A personal friend of Elisina Tyler, Royall Tyler, Mildred Barnes Bliss, and Robert Woods Bliss, the Alsatian-born Raymond Koechlin collected Chinese, Japanese, Islamic, and medieval art and acquired works by the Impressionists and Post-Impressionists. He displayed his collection crowded together in a small apartment at 24, boulevard Saint-Germain. This grand amateur wrote a number of books about the arts that he collected, but he is best known for his studies of French Gothic sculpture (especially ivories), Islamic ceramics, and Japanese art. At the end of his life, Koechlin wrote a privately printed memoir about French collectors of Asian art, titled Souvenirs d’un vieil amateur d’art de l’Extrême-Orient (1930), which he sent to the Blisses.
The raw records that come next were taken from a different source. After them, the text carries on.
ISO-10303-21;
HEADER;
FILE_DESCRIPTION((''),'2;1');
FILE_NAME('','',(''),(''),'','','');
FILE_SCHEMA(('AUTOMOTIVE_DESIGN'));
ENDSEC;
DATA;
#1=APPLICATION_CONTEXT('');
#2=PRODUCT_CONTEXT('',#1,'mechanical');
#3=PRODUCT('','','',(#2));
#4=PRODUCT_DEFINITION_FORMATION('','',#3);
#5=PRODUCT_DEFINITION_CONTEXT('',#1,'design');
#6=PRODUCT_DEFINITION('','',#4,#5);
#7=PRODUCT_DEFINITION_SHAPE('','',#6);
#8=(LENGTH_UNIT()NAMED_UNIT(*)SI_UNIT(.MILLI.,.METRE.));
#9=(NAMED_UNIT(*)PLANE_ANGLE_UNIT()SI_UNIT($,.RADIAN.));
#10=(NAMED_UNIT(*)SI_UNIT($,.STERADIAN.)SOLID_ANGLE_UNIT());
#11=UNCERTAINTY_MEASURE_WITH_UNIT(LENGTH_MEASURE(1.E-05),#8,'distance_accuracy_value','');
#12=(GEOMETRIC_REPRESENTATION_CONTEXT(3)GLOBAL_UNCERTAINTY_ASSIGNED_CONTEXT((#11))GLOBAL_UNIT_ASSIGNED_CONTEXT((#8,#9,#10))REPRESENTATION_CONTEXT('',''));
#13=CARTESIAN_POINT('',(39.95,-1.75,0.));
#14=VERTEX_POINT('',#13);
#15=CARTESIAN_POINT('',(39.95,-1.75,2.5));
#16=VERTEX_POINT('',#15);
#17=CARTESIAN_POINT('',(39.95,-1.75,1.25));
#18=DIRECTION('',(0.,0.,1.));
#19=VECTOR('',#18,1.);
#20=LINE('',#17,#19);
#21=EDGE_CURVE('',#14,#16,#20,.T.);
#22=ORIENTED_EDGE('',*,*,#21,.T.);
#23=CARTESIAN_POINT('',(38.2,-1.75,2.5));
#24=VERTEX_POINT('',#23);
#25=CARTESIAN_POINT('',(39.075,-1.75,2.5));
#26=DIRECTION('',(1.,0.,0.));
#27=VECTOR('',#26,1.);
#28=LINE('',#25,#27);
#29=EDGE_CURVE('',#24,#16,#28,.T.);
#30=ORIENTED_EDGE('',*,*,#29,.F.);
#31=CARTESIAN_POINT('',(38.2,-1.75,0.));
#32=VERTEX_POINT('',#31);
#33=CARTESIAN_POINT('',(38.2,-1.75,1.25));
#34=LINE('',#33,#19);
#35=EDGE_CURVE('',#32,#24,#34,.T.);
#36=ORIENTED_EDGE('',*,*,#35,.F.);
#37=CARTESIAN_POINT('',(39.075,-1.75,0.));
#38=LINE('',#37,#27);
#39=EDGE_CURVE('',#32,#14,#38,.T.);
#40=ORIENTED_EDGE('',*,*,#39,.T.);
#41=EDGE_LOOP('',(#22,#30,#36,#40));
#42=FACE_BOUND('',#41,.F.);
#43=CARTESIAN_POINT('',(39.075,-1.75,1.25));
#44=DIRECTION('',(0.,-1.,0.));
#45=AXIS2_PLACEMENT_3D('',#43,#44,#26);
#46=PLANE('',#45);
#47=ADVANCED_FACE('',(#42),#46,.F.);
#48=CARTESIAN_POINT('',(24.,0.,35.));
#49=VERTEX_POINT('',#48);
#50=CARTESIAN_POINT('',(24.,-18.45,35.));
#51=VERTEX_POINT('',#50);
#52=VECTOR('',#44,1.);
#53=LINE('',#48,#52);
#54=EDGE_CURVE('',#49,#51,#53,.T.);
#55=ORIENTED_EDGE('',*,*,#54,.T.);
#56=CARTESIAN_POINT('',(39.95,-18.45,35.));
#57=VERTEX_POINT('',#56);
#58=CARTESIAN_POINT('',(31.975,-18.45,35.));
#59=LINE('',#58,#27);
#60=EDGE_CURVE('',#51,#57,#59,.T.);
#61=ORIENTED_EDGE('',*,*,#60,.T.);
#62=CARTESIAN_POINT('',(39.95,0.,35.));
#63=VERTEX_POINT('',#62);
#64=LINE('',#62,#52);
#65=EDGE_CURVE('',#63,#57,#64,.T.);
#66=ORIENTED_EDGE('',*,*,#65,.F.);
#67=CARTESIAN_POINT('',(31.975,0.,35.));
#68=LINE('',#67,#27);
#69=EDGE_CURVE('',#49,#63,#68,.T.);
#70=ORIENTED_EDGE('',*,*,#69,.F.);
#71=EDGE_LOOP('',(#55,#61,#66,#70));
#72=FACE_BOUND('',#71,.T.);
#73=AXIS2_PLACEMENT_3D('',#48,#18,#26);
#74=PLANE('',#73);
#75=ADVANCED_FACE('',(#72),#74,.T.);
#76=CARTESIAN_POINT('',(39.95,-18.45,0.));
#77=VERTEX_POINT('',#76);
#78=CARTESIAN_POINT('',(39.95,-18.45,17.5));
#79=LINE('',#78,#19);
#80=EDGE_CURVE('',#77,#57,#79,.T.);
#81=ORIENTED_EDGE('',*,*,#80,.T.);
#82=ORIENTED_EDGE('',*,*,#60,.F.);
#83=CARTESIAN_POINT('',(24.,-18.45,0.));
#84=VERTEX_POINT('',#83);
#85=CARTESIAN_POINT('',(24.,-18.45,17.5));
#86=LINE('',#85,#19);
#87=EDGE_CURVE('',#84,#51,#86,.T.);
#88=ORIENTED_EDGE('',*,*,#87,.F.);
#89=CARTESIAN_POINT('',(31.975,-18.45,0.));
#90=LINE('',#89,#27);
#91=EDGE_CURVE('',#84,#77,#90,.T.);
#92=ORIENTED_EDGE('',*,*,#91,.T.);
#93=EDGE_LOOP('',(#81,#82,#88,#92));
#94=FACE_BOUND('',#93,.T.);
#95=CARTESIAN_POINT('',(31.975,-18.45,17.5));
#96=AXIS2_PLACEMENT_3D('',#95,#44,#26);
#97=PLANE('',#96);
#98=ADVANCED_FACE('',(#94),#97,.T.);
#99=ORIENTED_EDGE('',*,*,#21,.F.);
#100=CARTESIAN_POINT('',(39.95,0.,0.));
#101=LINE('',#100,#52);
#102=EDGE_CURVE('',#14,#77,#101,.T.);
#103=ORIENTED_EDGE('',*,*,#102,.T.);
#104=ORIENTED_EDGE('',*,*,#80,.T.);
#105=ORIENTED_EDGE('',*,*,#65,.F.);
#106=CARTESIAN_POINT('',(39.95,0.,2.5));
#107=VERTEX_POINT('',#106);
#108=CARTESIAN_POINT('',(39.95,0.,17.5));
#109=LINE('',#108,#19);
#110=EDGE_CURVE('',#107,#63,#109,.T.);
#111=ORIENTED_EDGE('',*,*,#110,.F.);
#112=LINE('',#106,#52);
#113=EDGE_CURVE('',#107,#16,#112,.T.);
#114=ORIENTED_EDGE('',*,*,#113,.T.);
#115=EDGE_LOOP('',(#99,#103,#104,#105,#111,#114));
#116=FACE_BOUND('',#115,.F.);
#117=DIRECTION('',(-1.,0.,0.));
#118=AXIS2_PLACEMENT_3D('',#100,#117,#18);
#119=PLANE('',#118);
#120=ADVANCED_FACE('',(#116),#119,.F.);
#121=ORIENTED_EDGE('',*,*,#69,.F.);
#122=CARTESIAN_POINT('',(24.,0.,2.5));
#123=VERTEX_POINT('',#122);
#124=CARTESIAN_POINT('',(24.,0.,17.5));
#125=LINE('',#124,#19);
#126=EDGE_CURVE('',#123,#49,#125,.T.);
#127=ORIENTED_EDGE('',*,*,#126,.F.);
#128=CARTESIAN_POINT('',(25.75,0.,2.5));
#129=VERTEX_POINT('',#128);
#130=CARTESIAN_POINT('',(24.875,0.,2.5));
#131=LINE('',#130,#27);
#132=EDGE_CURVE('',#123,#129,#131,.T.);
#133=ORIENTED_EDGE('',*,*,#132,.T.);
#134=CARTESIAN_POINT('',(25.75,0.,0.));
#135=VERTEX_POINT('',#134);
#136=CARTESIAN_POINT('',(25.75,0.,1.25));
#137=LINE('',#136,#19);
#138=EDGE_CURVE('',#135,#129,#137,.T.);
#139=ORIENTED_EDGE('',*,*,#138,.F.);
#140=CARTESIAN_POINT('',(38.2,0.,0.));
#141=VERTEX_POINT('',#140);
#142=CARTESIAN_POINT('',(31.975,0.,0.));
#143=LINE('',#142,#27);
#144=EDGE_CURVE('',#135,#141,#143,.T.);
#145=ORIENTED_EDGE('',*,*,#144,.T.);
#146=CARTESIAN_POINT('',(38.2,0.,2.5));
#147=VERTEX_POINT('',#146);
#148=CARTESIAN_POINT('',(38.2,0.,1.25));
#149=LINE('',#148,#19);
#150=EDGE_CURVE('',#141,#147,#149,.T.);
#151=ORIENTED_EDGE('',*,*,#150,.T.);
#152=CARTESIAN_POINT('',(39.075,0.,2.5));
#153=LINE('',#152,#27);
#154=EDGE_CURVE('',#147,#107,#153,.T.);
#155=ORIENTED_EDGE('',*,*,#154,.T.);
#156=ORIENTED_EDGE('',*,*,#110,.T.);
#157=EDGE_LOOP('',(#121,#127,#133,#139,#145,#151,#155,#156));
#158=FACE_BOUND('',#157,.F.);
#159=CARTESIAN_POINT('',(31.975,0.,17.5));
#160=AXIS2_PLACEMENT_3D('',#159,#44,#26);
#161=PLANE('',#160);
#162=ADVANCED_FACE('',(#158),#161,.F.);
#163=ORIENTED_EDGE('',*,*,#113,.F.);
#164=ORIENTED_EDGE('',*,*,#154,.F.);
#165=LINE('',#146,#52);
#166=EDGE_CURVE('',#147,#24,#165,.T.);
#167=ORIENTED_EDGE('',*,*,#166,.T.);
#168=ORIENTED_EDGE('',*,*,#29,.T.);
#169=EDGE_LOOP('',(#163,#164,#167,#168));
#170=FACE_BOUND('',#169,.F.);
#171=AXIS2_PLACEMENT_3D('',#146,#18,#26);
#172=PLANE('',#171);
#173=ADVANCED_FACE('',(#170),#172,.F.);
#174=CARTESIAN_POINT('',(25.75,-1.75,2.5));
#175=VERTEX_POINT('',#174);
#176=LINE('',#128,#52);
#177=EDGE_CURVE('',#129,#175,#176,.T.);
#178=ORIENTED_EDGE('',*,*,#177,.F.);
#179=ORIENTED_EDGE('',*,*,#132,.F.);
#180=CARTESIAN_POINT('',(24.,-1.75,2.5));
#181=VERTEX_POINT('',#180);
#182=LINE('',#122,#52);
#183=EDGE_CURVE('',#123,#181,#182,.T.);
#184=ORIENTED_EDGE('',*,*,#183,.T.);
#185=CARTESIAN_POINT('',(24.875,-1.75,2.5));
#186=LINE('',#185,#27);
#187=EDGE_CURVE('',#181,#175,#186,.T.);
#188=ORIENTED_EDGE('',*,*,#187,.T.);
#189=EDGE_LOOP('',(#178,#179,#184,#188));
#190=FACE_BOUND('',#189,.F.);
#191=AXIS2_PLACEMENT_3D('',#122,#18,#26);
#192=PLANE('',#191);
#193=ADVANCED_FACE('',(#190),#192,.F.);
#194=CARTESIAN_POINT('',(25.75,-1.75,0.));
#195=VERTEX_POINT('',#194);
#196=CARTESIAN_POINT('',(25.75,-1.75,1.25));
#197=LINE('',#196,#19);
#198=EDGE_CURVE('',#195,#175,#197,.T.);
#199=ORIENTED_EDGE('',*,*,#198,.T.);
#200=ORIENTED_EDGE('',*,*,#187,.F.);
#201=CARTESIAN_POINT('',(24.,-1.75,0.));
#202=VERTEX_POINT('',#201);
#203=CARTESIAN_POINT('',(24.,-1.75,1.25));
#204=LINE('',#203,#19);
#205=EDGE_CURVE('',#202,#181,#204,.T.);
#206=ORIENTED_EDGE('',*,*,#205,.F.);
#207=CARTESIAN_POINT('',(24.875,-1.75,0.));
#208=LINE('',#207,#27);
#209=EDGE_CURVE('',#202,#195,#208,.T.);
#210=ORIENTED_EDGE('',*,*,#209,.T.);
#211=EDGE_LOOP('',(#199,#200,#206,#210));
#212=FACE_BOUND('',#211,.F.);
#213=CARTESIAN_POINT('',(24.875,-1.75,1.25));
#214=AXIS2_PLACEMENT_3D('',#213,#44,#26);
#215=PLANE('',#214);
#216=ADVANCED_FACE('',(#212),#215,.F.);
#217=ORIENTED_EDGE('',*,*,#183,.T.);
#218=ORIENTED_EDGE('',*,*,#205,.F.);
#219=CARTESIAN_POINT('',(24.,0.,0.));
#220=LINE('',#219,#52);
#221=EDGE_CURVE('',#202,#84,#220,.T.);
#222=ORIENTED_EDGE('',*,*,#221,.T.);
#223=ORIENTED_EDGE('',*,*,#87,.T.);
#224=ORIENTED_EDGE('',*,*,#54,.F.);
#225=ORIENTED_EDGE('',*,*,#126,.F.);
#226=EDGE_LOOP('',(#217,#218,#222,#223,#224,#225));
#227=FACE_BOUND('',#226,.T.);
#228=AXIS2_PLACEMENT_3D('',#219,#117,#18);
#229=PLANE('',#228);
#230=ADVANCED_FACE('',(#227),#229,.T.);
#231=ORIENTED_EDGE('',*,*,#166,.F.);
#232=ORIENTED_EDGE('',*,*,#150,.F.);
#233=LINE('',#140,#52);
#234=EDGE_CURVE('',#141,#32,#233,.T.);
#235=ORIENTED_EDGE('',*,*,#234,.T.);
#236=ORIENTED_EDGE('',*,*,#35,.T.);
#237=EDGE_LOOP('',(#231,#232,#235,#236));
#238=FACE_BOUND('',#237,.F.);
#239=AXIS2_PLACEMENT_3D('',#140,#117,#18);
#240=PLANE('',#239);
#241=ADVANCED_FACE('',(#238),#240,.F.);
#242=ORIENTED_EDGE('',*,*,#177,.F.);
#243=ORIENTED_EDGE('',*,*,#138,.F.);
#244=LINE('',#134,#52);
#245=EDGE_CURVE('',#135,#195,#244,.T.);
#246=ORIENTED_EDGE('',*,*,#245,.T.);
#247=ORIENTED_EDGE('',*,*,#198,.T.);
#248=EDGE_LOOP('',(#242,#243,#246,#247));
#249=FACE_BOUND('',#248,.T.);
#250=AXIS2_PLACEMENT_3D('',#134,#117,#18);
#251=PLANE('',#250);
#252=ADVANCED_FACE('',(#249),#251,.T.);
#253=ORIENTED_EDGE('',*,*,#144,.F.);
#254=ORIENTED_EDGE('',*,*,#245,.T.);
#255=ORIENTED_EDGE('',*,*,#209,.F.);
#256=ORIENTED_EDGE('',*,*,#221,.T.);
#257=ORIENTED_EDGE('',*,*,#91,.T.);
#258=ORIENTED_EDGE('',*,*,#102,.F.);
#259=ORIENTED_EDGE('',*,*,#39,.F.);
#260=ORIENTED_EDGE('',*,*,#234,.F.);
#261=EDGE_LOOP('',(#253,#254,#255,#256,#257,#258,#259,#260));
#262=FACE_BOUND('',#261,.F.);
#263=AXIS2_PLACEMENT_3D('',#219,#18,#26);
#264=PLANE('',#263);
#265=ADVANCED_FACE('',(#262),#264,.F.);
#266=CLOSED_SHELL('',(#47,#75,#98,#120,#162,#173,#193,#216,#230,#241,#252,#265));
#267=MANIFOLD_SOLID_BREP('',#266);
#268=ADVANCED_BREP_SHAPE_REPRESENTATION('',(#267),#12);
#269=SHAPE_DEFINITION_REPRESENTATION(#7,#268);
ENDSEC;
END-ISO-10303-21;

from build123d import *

# Parameters (mm, degrees)
BOX006_W          = 1.75
BOX006_H          = 2.5
BOX006_DEPTH      = 1.75
BOX005_W          = 1.75
BOX005_H          = 2.5
BOX005_DEPTH      = 1.75
BOX004_W          = 15.95
BOX004_H          = 35
BOX004_DEPTH      = 18.45
CUT060_ROLL_ANGLE = 90


with BuildPart() as krychle005:
    # Box006 → Box006 (new body)
    with BuildSketch(Plane(origin=(14.2, 0, 0), x_dir=(1, 0, 0), z_dir=(0, 0, 1))):
        with Locations((0.875, 1.25)):
            Rectangle(BOX006_W, BOX006_H)
    extrude(amount=BOX006_DEPTH)


with BuildPart() as krychle004:
    # Box005 → Box005 (new body)
    with BuildSketch(Plane.XY):
        with Locations((0.875, 1.25)):
            Rectangle(BOX005_W, BOX005_H)
    extrude(amount=BOX005_DEPTH)


with BuildPart() as rj45:
    # Box004 → Box004 (new body)
    with BuildSketch(Plane.XY):
        with Locations((7.975, 17.5)):
            Rectangle(BOX004_W, BOX004_H)
    extrude(amount=BOX004_DEPTH)

    # Cut059: cut Krychle004
    add(krychle004.part, mode=Mode.SUBTRACT)

    # Cut060: cut Krychle005
    add(krychle005.part, mode=Mode.SUBTRACT)


with BuildPart() as rj45_1:
    # Cut060 roll: moved
    add(rj45.part.rotate(Axis((0, 0, 0), (1, 0, 0)), CUT060_ROLL_ANGLE))


with BuildPart() as rj45_2:
    # Cut060 placement: moved
    add(rj45_1.part.moved(Location((24, 0, 0))))


solid = rj45_2.part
He served as a curator at the Musée du Louvre and made significant donations to the museum after his death in 1931.

 

Dictionnaire critique des historiens de l’art, s.v. "Koechlin, Raymond."  

Robert S. Nelson, "Royall Tyler and the Bliss Collection of Byzantine Art," in Home of the Humanities: The Collecting and Patronage of Mildred and Robert Woods Bliss, ed. James Carder (Washington, D.C.: Dumbarton Oaks Research Library and Collection, 2010), 31.